20.Counsel further relied on the decision of this Court in Cleophas Otieno Wamunga v Republic [1989] eKLR, wherein the Court warned that evidence of identification or recognition must be examined with the greatest care, particularly where the entire case turns on such evidence. According to counsel, these principles were not followed in the identification of the appellant. In this regard, it was submitted that although the trial court concluded that PW1 and PW3 positively identified the appellant who was the 2nd accused, their testimonies did not support that finding when examined closely. According to counsel, PW1’s evidence focused primarily on the assailant with dreadlocks, who he consistently described as the person he saw during the attack. He did not clearly state that he was familiar with the appellant and when he claimed to have known the attackers for twenty years, he did not specify which accused he meant. Further, that in cross-examination PW1 confirmed that only Emojong had dreadlocks, yet he provided no explanation as to how he knew or recognized the appellant. It was further contended that PW1’s reference to nicknames allegedly given to the police was contradicted by PW9, who testified that the arrest was based solely on the description of the man with dreadlocks and that only Emojong was identified through that description. According to the appellant, PW9 was clear that the police did not identify the appellant in the same way.

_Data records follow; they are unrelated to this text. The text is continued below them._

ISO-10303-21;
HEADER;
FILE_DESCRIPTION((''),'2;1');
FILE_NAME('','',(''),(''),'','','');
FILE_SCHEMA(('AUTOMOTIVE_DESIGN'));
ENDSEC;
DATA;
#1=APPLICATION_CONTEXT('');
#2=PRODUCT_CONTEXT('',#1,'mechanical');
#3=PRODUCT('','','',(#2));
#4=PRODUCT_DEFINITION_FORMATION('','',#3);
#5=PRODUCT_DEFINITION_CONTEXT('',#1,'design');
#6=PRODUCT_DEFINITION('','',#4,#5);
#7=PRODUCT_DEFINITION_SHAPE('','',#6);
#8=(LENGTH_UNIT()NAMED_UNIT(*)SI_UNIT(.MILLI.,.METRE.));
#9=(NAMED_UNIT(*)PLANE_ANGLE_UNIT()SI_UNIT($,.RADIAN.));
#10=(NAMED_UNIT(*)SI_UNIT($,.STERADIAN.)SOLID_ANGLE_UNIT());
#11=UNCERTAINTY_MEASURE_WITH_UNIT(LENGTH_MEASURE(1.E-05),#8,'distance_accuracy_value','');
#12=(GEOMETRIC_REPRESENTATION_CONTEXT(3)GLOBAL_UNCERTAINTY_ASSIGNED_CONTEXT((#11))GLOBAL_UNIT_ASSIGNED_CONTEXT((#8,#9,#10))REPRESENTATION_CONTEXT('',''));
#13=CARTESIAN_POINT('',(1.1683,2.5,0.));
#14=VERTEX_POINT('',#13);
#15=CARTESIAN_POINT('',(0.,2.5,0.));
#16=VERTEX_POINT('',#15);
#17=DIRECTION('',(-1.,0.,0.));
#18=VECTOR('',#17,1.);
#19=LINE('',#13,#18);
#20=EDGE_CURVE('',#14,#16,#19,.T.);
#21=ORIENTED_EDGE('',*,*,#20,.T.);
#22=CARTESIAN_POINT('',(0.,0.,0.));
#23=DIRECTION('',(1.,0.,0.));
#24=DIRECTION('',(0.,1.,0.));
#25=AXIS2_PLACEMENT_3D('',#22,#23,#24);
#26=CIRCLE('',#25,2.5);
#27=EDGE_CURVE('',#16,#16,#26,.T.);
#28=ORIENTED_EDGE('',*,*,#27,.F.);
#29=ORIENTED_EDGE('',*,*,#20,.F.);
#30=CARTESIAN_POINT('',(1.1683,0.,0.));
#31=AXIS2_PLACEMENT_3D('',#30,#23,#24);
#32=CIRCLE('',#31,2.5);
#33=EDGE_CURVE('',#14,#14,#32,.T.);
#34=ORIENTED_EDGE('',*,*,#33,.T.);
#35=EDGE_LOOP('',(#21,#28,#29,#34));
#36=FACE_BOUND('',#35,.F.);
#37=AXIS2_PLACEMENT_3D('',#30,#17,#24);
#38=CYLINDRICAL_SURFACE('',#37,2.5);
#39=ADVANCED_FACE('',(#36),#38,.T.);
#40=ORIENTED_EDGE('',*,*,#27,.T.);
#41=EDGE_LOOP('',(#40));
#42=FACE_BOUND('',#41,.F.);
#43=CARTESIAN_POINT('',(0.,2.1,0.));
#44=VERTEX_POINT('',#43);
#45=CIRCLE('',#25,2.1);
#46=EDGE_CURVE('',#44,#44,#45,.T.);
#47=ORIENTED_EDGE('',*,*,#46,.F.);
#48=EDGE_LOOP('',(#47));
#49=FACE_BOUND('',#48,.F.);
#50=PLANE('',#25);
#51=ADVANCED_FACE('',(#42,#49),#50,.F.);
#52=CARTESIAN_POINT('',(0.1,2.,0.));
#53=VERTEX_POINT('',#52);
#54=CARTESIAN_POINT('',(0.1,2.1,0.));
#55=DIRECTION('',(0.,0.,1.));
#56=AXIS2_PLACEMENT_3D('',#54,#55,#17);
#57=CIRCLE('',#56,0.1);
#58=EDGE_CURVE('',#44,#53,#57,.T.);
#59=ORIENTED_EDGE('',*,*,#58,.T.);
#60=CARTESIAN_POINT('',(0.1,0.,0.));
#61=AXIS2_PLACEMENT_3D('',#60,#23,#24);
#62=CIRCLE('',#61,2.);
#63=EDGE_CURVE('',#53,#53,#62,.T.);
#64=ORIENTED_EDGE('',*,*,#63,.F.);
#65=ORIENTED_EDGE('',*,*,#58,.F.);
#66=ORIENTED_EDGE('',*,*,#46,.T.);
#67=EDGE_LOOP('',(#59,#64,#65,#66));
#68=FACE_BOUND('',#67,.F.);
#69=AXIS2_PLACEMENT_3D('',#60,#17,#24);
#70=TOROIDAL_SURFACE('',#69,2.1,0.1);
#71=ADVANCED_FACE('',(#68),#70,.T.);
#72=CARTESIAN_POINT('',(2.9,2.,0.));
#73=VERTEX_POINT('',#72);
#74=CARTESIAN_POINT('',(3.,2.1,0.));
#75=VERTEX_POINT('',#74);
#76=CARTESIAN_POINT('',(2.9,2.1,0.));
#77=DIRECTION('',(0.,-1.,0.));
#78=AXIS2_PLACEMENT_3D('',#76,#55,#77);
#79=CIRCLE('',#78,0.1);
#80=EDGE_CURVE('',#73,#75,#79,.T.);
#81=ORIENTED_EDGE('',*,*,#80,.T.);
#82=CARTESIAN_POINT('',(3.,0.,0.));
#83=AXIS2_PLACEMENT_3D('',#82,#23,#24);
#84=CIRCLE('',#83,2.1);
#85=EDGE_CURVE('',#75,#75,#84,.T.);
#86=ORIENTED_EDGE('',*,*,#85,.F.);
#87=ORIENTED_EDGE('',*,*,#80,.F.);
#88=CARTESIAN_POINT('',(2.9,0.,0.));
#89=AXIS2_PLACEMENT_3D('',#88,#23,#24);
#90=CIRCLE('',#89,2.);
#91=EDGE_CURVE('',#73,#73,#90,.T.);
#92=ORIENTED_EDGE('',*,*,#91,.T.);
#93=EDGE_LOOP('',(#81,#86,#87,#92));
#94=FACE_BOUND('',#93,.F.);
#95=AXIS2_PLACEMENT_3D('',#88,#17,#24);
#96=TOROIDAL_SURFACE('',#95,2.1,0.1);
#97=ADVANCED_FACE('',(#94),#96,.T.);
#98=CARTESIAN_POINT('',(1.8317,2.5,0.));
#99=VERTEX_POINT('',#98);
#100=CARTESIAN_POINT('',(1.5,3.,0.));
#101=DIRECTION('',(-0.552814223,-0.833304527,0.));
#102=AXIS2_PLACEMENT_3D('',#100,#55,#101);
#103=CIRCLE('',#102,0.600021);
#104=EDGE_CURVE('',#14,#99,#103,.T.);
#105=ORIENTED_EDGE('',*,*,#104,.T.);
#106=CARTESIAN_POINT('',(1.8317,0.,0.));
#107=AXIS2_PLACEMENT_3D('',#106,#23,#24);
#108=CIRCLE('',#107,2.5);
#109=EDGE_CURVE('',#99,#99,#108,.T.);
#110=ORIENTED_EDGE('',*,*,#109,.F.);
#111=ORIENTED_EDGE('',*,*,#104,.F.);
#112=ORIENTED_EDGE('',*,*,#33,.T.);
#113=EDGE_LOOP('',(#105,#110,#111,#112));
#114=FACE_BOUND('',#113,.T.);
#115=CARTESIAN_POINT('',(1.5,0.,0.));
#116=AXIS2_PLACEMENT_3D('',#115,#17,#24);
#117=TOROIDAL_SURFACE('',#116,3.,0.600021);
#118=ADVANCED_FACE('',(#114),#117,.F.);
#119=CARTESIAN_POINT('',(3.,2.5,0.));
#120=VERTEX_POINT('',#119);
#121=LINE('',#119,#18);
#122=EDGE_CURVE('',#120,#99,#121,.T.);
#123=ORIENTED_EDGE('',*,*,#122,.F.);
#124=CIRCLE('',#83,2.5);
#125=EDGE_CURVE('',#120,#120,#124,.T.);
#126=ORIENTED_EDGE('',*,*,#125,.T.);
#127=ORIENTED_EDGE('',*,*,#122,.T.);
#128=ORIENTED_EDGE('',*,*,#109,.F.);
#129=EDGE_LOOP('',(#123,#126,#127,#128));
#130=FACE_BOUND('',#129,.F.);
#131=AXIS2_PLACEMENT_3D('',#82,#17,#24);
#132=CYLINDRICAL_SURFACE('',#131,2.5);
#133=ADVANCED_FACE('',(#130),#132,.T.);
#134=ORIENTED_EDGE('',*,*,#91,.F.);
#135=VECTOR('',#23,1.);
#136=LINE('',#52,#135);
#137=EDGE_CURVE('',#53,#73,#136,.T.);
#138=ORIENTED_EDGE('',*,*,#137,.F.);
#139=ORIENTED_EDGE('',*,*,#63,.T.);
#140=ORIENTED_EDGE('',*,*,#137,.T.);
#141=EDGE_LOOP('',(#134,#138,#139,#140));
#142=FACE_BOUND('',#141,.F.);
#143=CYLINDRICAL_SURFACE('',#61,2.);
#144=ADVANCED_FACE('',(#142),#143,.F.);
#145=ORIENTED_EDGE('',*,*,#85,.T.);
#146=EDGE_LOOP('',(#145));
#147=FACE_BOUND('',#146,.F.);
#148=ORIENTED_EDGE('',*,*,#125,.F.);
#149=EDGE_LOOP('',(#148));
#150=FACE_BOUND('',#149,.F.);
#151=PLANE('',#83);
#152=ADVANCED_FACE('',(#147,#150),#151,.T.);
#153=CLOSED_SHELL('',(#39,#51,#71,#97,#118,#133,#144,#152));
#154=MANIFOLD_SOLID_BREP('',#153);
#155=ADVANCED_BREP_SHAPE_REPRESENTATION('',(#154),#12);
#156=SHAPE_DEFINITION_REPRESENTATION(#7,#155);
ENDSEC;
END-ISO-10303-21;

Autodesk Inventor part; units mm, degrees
sketch "Sketch_1" plane through (0, 0, 0) normal (0, 0, 1) x (1, 0, 0)
  line L0 (3, 0) -> (0, 0)
  arc A0 (0, 2.1) -> (0.1, 2) centre (0.1, 2.1) ccw
  line L1 (0.1, 2) -> (2.9, 2)
  arc A1 (2.9, 2) -> (3, 2.1) centre (2.9, 2.1) ccw
  line L2 (3, 2.1) -> (3, 2.5)
  line L3 (3, 2.5) -> (1.8317, 2.5)
  arc A2 (1.1683, 2.5) -> (1.8317, 2.5) centre (1.5, 3) ccw
  line L4 (1.1683, 2.5) -> (0, 2.5)
  line L5 (0, 2.5) -> (0, 2.1)
revolve "Revolution1" add sketch "Sketch_1" angle 360 about axis through (3, 0, 0) along (1, 0, 0)
ref_plane "ip_st_1_1_XY" through (1.5, 3, 0) normal (1, 0, 0) x (0, 0, -1)
ref_plane "ip_st_1_1_YZ" through (1.5, 3, 0) normal (0, 0, -1) x (0, 1, 0)
ref_plane "ip_st_1_1_ZX" through (1.5, 3, 0) normal (0, 1, 0) x (1, 0, 0)
ref_plane "ip_st_1_10_XY" through (1.5, 0, -3) normal (1, 0, 0) x (0, 0, -1)
ref_plane "ip_st_1_10_YZ" through (1.5, 0, -3) normal (0, 0, -1) x (0, 1, 0)
ref_plane "ip_st_1_10_ZX" through (1.5, 0, -3) normal (0, 1, 0) x (1, 0, 0)
ref_plane "ip_st_1_11_XY" through (1.5, 1.5, -2.5981) normal (1, 0, 0) x (0, 0, -1)
ref_plane "ip_st_1_11_YZ" through (1.5, 1.5, -2.5981) normal (0, 0, -1) x (0, 1, 0)
ref_plane "ip_st_1_11_ZX" through (1.5, 1.5, -2.5981) normal (0, 1, 0) x (1, 0, 0)
ref_plane "ip_st_1_12_XY" through (1.5, 2.5981, -1.5) normal (1, 0, 0) x (0, 0, -1)
ref_plane "ip_st_1_12_YZ" through (1.5, 2.5981, -1.5) normal (0, 0, -1) x (0, 1, 0)
ref_plane "ip_st_1_12_ZX" through (1.5, 2.5981, -1.5) normal (0, 1, 0) x (1, 0, 0)
ref_plane "ip_st_1_2_XY" through (1.5, 2.5981, 1.5) normal (1, 0, 0) x (0, 0, -1)
ref_plane "ip_st_1_2_YZ" through (1.5, 2.5981, 1.5) normal (0, 0, -1) x (0, 1, 0)
ref_plane "ip_st_1_2_ZX" through (1.5, 2.5981, 1.5) normal (0, 1, 0) x (1, 0, 0)
ref_plane "ip_st_1_3_XY" through (1.5, 1.5, 2.5981) normal (1, 0, 0) x (0, 0, -1)
ref_plane "ip_st_1_3_YZ" through (1.5, 1.5, 2.5981) normal (0, 0, -1) x (0, 1, 0)
ref_plane "ip_st_1_3_ZX" through (1.5, 1.5, 2.5981) normal (0, 1, 0) x (1, 0, 0)
ref_plane "ip_st_1_4_XY" through (1.5, 0, 3) normal (1, 0, 0) x (0, 0, -1)
ref_plane "ip_st_1_4_YZ" through (1.5, 0, 3) normal (0, 0, -1) x (0, 1, 0)
ref_plane "ip_st_1_4_ZX" through (1.5, 0, 3) normal (0, 1, 0) x (1, 0, 0)
ref_plane "ip_st_1_5_XY" through (1.5, -1.5, 2.5981) normal (1, 0, 0) x (0, 0, -1)
ref_plane "ip_st_1_5_YZ" through (1.5, -1.5, 2.5981) normal (0, 0, -1) x (0, 1, 0)
ref_plane "ip_st_1_5_ZX" through (1.5, -1.5, 2.5981) normal (0, 1, 0) x (1, 0, 0)
ref_plane "ip_st_1_6_XY" through (1.5, -2.5981, 1.5) normal (1, 0, 0) x (0, 0, -1)
ref_plane "ip_st_1_6_YZ" through (1.5, -2.5981, 1.5) normal (0, 0, -1) x (0, 1, 0)
ref_plane "ip_st_1_6_ZX" through (1.5, -2.5981, 1.5) normal (0, 1, 0) x (1, 0, 0)
ref_plane "ip_st_1_7_XY" through (1.5, -3, 0) normal (1, 0, 0) x (0, 0, -1)
ref_plane "ip_st_1_7_YZ" through (1.5, -3, 0) normal (0, 0, -1) x (0, 1, 0)
ref_plane "ip_st_1_7_ZX" through (1.5, -3, 0) normal (0, 1, 0) x (1, 0, 0)
ref_plane "ip_st_1_8_XY" through (1.5, -2.5981, -1.5) normal (1, 0, 0) x (0, 0, -1)
ref_plane "ip_st_1_8_YZ" through (1.5, -2.5981, -1.5) normal (0, 0, -1) x (0, 1, 0)
ref_plane "ip_st_1_8_ZX" through (1.5, -2.5981, -1.5) normal (0, 1, 0) x (1, 0, 0)
ref_plane "ip_st_1_9_XY" through (1.5, -1.5, -2.5981) normal (1, 0, 0) x (0, 0, -1)
ref_plane "ip_st_1_9_YZ" through (1.5, -1.5, -2.5981) normal (0, 0, -1) x (0, 1, 0)
ref_plane "ip_st_1_9_ZX" through (1.5, -1.5, -2.5981) normal (0, 1, 0) x (1, 0, 0)
ref_plane "ip_st_1a_XY" through (0, 0, 0) normal (1, 0, 0) x (0, 0, -1)
ref_plane "ip_st_1a_YZ" through (0, 0, 0) normal (0, 0, -1) x (0, 1, 0)
ref_plane "ip_st_1a_ZX" through (0, 0, 0) normal (0, 1, 0) x (1, 0, 0)
ref_plane "ip_st_2a_XY" through (0.1875, 0, 0) normal (1, 0, 0) x (0, 0, -1)
ref_plane "ip_st_2a_YZ" through (0.1875, 0, 0) normal (0, 0, -1) x (0, 1, 0)
ref_plane "ip_st_2a_ZX" through (0.1875, 0, 0) normal (0, 1, 0) x (1, 0, 0)
properties part number "MF84ZZ Inner Ring"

21.It was also submitted that PW3’s evidence was similarly inconclusive. In this regard, counsel contended that PW3 stated that the appellant had worn a red jacket taken from PW1, yet his own recognition centered on Emojong whom he knew as a motorcyclist (‘boda’) for about a year. His reference to having seen the appellant at “the point” over the course of a year was said to be vague and lacked any detail about the nature of their acquaintance or how such familiarity translated into reliable recognition.
22.Additionally, it was contended that the identification parade conducted by PW8 only concerned Emojong. The appellant was neither included nor subjected to any identification procedure, a fact confirmed by PW4 who stated that he identified only Emojong. In the circumstances, and given that PW1 and PW3’s recognition evidence hinged on the distinct appearance of Emojong’s dreadlocks, and given that no witness explained how they identified the appellant, it was submitted that the appellant was never sufficiently or reliably identified to justify his arrest or subsequent conviction. It was therefore submitted that the High Court erred by upholding a conviction grounded on unreliable identification.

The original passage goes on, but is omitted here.